What to work on: Below are entries. Copy exactly the lines running from the line that holds "e7 v8 v7 CIRCLE(AX(P(4,360,2.5),D(0,1,0),D(0,0,1)),4)" to the line that holds "v11 (21.7,120,3.1)", with both ends included.

════════

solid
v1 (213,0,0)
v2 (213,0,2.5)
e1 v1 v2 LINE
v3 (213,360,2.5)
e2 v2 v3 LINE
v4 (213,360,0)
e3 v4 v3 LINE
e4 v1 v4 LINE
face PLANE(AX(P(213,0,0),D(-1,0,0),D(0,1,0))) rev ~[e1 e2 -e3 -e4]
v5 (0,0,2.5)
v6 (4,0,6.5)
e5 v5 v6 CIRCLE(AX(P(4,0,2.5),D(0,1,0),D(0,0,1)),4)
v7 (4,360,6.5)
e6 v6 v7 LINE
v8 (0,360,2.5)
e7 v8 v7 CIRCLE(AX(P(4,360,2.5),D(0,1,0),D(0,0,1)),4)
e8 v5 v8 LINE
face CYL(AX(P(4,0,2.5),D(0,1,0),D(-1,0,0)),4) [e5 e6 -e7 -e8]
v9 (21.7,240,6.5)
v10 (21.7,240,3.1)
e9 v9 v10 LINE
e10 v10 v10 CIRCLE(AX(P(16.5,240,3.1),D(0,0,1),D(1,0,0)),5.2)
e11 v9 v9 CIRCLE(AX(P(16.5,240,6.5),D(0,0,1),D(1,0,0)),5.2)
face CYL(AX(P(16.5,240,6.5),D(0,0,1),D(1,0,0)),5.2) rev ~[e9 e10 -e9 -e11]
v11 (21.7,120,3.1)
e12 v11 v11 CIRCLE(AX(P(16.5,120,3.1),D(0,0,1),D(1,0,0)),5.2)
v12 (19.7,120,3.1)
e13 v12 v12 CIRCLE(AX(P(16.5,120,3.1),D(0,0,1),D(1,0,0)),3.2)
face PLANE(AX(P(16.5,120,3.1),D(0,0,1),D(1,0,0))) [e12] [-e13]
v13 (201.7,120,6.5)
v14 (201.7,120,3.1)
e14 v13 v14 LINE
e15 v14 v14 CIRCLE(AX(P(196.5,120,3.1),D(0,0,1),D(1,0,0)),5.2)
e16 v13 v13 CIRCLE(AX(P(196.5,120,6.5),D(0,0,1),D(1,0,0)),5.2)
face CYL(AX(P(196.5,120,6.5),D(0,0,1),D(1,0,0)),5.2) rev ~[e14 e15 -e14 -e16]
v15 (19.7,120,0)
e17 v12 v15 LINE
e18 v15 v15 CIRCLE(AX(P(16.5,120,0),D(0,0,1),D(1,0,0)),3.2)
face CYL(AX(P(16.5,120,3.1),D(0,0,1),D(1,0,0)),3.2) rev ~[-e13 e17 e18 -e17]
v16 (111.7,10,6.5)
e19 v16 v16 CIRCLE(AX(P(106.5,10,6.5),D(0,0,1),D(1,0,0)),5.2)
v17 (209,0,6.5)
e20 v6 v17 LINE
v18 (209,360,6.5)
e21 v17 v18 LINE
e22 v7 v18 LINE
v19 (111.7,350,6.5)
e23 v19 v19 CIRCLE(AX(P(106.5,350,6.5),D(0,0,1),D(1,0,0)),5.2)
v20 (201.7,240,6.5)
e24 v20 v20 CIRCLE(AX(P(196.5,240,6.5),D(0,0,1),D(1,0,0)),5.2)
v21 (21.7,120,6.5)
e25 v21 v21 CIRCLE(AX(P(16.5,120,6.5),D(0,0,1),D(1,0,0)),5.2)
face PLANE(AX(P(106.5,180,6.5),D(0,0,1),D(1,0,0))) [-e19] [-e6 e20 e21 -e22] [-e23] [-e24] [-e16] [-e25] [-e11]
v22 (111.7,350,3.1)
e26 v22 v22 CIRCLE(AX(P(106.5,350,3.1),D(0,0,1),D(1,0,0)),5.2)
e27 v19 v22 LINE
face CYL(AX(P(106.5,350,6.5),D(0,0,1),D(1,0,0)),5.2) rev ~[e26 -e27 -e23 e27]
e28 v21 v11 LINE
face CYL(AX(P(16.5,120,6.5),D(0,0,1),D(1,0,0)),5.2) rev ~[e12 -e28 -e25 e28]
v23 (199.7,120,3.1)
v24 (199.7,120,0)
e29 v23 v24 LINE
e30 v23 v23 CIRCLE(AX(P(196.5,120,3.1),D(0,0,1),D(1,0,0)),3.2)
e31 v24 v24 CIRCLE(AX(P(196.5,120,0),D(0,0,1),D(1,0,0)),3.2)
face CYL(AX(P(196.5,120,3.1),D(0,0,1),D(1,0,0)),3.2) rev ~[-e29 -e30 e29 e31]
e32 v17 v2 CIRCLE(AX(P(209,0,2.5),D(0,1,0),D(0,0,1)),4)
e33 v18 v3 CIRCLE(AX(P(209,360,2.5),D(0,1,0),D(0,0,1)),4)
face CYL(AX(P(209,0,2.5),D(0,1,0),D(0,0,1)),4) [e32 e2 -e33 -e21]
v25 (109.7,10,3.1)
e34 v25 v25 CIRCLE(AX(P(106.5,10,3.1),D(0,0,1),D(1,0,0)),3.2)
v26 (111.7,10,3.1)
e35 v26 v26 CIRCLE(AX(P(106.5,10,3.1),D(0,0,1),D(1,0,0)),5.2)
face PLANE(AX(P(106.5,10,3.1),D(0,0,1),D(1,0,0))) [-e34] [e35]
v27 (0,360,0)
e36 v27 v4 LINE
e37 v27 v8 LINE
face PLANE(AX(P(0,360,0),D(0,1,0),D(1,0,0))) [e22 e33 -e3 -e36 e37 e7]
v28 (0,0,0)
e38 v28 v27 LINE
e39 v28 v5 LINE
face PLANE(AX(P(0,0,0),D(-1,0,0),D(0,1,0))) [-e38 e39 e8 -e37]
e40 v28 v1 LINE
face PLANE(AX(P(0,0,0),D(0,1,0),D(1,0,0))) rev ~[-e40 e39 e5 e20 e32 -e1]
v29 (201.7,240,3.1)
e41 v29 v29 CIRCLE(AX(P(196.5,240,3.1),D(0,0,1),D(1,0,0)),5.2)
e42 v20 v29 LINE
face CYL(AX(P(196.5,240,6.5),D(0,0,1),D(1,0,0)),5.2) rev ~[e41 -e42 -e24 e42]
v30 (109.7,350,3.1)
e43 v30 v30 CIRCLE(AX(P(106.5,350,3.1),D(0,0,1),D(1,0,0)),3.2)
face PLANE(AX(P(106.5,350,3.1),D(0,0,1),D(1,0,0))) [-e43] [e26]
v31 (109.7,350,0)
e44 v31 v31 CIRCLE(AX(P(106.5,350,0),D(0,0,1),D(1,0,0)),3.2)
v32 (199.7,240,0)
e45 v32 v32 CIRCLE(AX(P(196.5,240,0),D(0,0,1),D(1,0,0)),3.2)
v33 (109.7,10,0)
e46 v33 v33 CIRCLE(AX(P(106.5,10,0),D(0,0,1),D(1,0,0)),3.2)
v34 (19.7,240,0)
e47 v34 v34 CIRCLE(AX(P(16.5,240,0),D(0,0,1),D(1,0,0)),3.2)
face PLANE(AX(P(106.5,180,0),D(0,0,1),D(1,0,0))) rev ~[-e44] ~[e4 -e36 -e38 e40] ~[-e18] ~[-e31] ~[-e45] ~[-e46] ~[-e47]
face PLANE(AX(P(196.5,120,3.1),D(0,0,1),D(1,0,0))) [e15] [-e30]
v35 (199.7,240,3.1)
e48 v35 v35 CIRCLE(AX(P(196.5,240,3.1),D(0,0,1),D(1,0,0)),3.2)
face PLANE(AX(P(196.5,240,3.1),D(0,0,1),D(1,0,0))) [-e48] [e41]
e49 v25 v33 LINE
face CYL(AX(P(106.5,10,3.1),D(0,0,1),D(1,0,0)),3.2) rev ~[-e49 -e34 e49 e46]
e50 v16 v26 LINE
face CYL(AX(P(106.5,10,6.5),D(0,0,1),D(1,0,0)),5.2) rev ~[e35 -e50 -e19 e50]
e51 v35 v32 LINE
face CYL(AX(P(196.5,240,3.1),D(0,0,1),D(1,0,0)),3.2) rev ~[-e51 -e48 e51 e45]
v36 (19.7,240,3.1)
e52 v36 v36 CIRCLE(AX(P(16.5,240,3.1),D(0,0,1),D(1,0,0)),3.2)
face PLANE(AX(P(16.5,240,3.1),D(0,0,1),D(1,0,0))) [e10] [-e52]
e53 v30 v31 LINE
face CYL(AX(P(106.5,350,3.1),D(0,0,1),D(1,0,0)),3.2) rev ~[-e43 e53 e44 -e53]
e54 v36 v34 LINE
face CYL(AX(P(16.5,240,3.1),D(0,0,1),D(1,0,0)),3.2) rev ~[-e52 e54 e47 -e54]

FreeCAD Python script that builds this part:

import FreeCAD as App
import Part
import Sketcher
Q = App.Units.Quantity


def edges_at(feature, points):
    """Names of the edges that pass closest to the given points."""
    edges = feature.Shape.Edges
    near = lambda p: min(range(len(edges)), key=lambda i: edges[i].distToShape(Part.Vertex(*p))[0])
    return sorted({f"Edge{near(p) + 1}" for p in points})


def add_polygon(sketch, points):
    """Adds a closed chain of lines whose ends are joined by coincident constraints."""
    first, n = sketch.GeometryCount, len(points)
    for a, b in zip(points, points[1:] + points[:1]):
        sketch.addGeometry(Part.LineSegment(App.Vector(*a, 0), App.Vector(*b, 0)), False)
    for i in range(n):
        sketch.addConstraint(Sketcher.Constraint("Coincident", first + i, 2, first + (i + 1) % n, 1))

doc = App.newDocument("Part")
body = doc.addObject("PartDesign::Body", "Body")

sketch1 = body.newObject("Sketcher::SketchObject", "Sketch")
sketch1.AttachmentSupport = (doc.getObject("XY_Plane"), [""])
sketch1.MapMode = "FlatFace"
add_polygon(sketch1, [(0, 360), (0, 0), (213, 0), (213, 360)])
sketch1.addConstraint(Sketcher.Constraint("Vertical", 0))
sketch1.addConstraint(Sketcher.Constraint("Horizontal", 1))
sketch1.addConstraint(Sketcher.Constraint("Vertical", 2))
sketch1.addConstraint(Sketcher.Constraint("Horizontal", 3))
sketch1.addConstraint(Sketcher.Constraint("Coincident", 0, 2, -1, 1))
sketch1.addConstraint(Sketcher.Constraint("DistanceX", 1, 1, 1, 2, Q("213 mm")))
sketch1.addConstraint(Sketcher.Constraint("DistanceY", 0, 2, 0, 1, Q("360 mm")))
pad1 = body.newObject("PartDesign::Pad", "Pad")
pad1.Profile = sketch1
pad1.Length = 6.5

sketch2 = body.newObject("Sketcher::SketchObject", "Sketch001")
sketch2.AttachmentSupport = (doc.getObject("XY_Plane"), [""])
sketch2.MapMode = "FlatFace"
sketch2.AttachmentOffset = App.Placement(App.Vector(0, 0, 6.5), App.Rotation())
sketch2.addGeometry(Part.Circle(App.Vector(106, 350, 0), App.Vector(0, 0, 1), 5), False)
sketch2.addGeometry(Part.Circle(App.Vector(16, 240, 0), App.Vector(0, 0, 1), 5), False)
sketch2.addGeometry(Part.Circle(App.Vector(16, 120, 0), App.Vector(0, 0, 1), 5), False)
sketch2.addGeometry(Part.Circle(App.Vector(196, 240, 0), App.Vector(0, 0, 1), 5), False)
sketch2.addGeometry(Part.Circle(App.Vector(196, 120, 0), App.Vector(0, 0, 1), 5), False)
sketch2.addGeometry(Part.Circle(App.Vector(106, 10, 0), App.Vector(0, 0, 1), 5), False)
sketch2.addConstraint(Sketcher.Constraint("Equal", 0, 1))
sketch2.addConstraint(Sketcher.Constraint("Equal", 1, 2))
sketch2.addConstraint(Sketcher.Constraint("Equal", 2, 3))
sketch2.addConstraint(Sketcher.Constraint("Equal", 3, 4))
sketch2.addConstraint(Sketcher.Constraint("Equal", 4, 5))
sketch2.addConstraint(Sketcher.Constraint("Horizontal", 1, 3, 3, 3))
sketch2.addConstraint(Sketcher.Constraint("Horizontal", 2, 3, 4, 3))
sketch2.addConstraint(Sketcher.Constraint("Vertical", 1, 3, 2, 3))
sketch2.addConstraint(Sketcher.Constraint("Vertical", 3, 3, 4, 3))
sketch2.addConstraint(Sketcher.Constraint("Vertical", 0, 3, 5, 3))
sketch2.addConstraint(Sketcher.Constraint("Diameter", 0, Q("10.4 mm")))
sketch2.addConstraint(Sketcher.Constraint("DistanceY", -1, 1, 0, 3, Q("350 mm")))
sketch2.addConstraint(Sketcher.Constraint("DistanceY", -1, 1, 1, 3, Q("240 mm")))
sketch2.addConstraint(Sketcher.Constraint("DistanceY", -1, 1, 2, 3, Q("120 mm")))
sketch2.addConstraint(Sketcher.Constraint("DistanceY", -1, 1, 5, 3, Q("10 mm")))
sketch2.addConstraint(Sketcher.Constraint("DistanceX", 1, 3, 0, 3, Q("90 mm")))
sketch2.addConstraint(Sketcher.Constraint("DistanceX", 0, 3, 3, 3, Q("90 mm")))
sketch2.addConstraint(Sketcher.Constraint("DistanceX", -1, 1, 0, 3, Q("106.5 mm")))
pocket1 = body.newObject("PartDesign::Pocket", "Pocket")
pocket1.Profile = sketch2
pocket1.Length = 3.4

sketch3 = body.newObject("Sketcher::SketchObject", "Sketch002")
sketch3.AttachmentSupport = (doc.getObject("XY_Plane"), [""])
sketch3.MapMode = "FlatFace"
sketch3.AttachmentOffset = App.Placement(App.Vector(0, 0, 3.1), App.Rotation())
sketch3.addGeometry(Part.Circle(App.Vector(106.5, 350, 0), App.Vector(0, 0, 1), 3.2), False)
sketch3.addGeometry(Part.Circle(App.Vector(16.5, 240, 0), App.Vector(0, 0, 1), 3.2), False)
sketch3.addGeometry(Part.Circle(App.Vector(16.5, 120, 0), App.Vector(0, 0, 1), 3.2), False)
sketch3.addGeometry(Part.Circle(App.Vector(196.5, 240, 0), App.Vector(0, 0, 1), 3.2), False)
sketch3.addGeometry(Part.Circle(App.Vector(196.5, 120, 0), App.Vector(0, 0, 1), 3.2), False)
sketch3.addGeometry(Part.Circle(App.Vector(106.5, 10, 0), App.Vector(0, 0, 1), 3.2), False)
sketch3.addConstraint(Sketcher.Constraint("Equal", 0, 1))
sketch3.addConstraint(Sketcher.Constraint("Equal", 1, 2))
sketch3.addConstraint(Sketcher.Constraint("Equal", 2, 3))
sketch3.addConstraint(Sketcher.Constraint("Equal", 3, 4))
sketch3.addConstraint(Sketcher.Constraint("Equal", 4, 5))
sketch3.addConstraint(Sketcher.Constraint("Horizontal", 1, 3, 3, 3))
sketch3.addConstraint(Sketcher.Constraint("Horizontal", 2, 3, 4, 3))
sketch3.addConstraint(Sketcher.Constraint("Vertical", 1, 3, 2, 3))
sketch3.addConstraint(Sketcher.Constraint("Vertical", 3, 3, 4, 3))
sketch3.addConstraint(Sketcher.Constraint("Vertical", 0, 3, 5, 3))
sketch3.addConstraint(Sketcher.Constraint("Diameter", 0, Q("6.4 mm")))
sketch3.addConstraint(Sketcher.Constraint("DistanceY", -1, 1, 0, 3, Q("350 mm")))
sketch3.addConstraint(Sketcher.Constraint("DistanceY", -1, 1, 1, 3, Q("240 mm")))
sketch3.addConstraint(Sketcher.Constraint("DistanceY", -1, 1, 2, 3, Q("120 mm")))
sketch3.addConstraint(Sketcher.Constraint("DistanceY", -1, 1, 5, 3, Q("10 mm")))
sketch3.addConstraint(Sketcher.Constraint("DistanceX", 1, 3, 0, 3, Q("90 mm")))
sketch3.addConstraint(Sketcher.Constraint("DistanceX", 0, 3, 3, 3, Q("90 mm")))
sketch3.addConstraint(Sketcher.Constraint("DistanceX", -1, 1, 0, 3, Q("106.5 mm")))
pocket2 = body.newObject("PartDesign::Pocket", "Pocket001")
pocket2.Profile = sketch3
pocket2.Length = 3.1
doc.recompute()

fillet = body.newObject("PartDesign::Fillet", "Fillet")
fillet.Base = (pocket2, edges_at(pocket2, [(213, 180, 6.5), (0, 180, 6.5)]))
fillet.Radius = 4

doc.recompute()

════════

Result below:
e7 v8 v7 CIRCLE(AX(P(4,360,2.5),D(0,1,0),D(0,0,1)),4)
e8 v5 v8 LINE
face CYL(AX(P(4,0,2.5),D(0,1,0),D(-1,0,0)),4) [e5 e6 -e7 -e8]
v9 (21.7,240,6.5)
v10 (21.7,240,3.1)
e9 v9 v10 LINE
e10 v10 v10 CIRCLE(AX(P(16.5,240,3.1),D(0,0,1),D(1,0,0)),5.2)
e11 v9 v9 CIRCLE(AX(P(16.5,240,6.5),D(0,0,1),D(1,0,0)),5.2)
face CYL(AX(P(16.5,240,6.5),D(0,0,1),D(1,0,0)),5.2) rev ~[e9 e10 -e9 -e11]
v11 (21.7,120,3.1)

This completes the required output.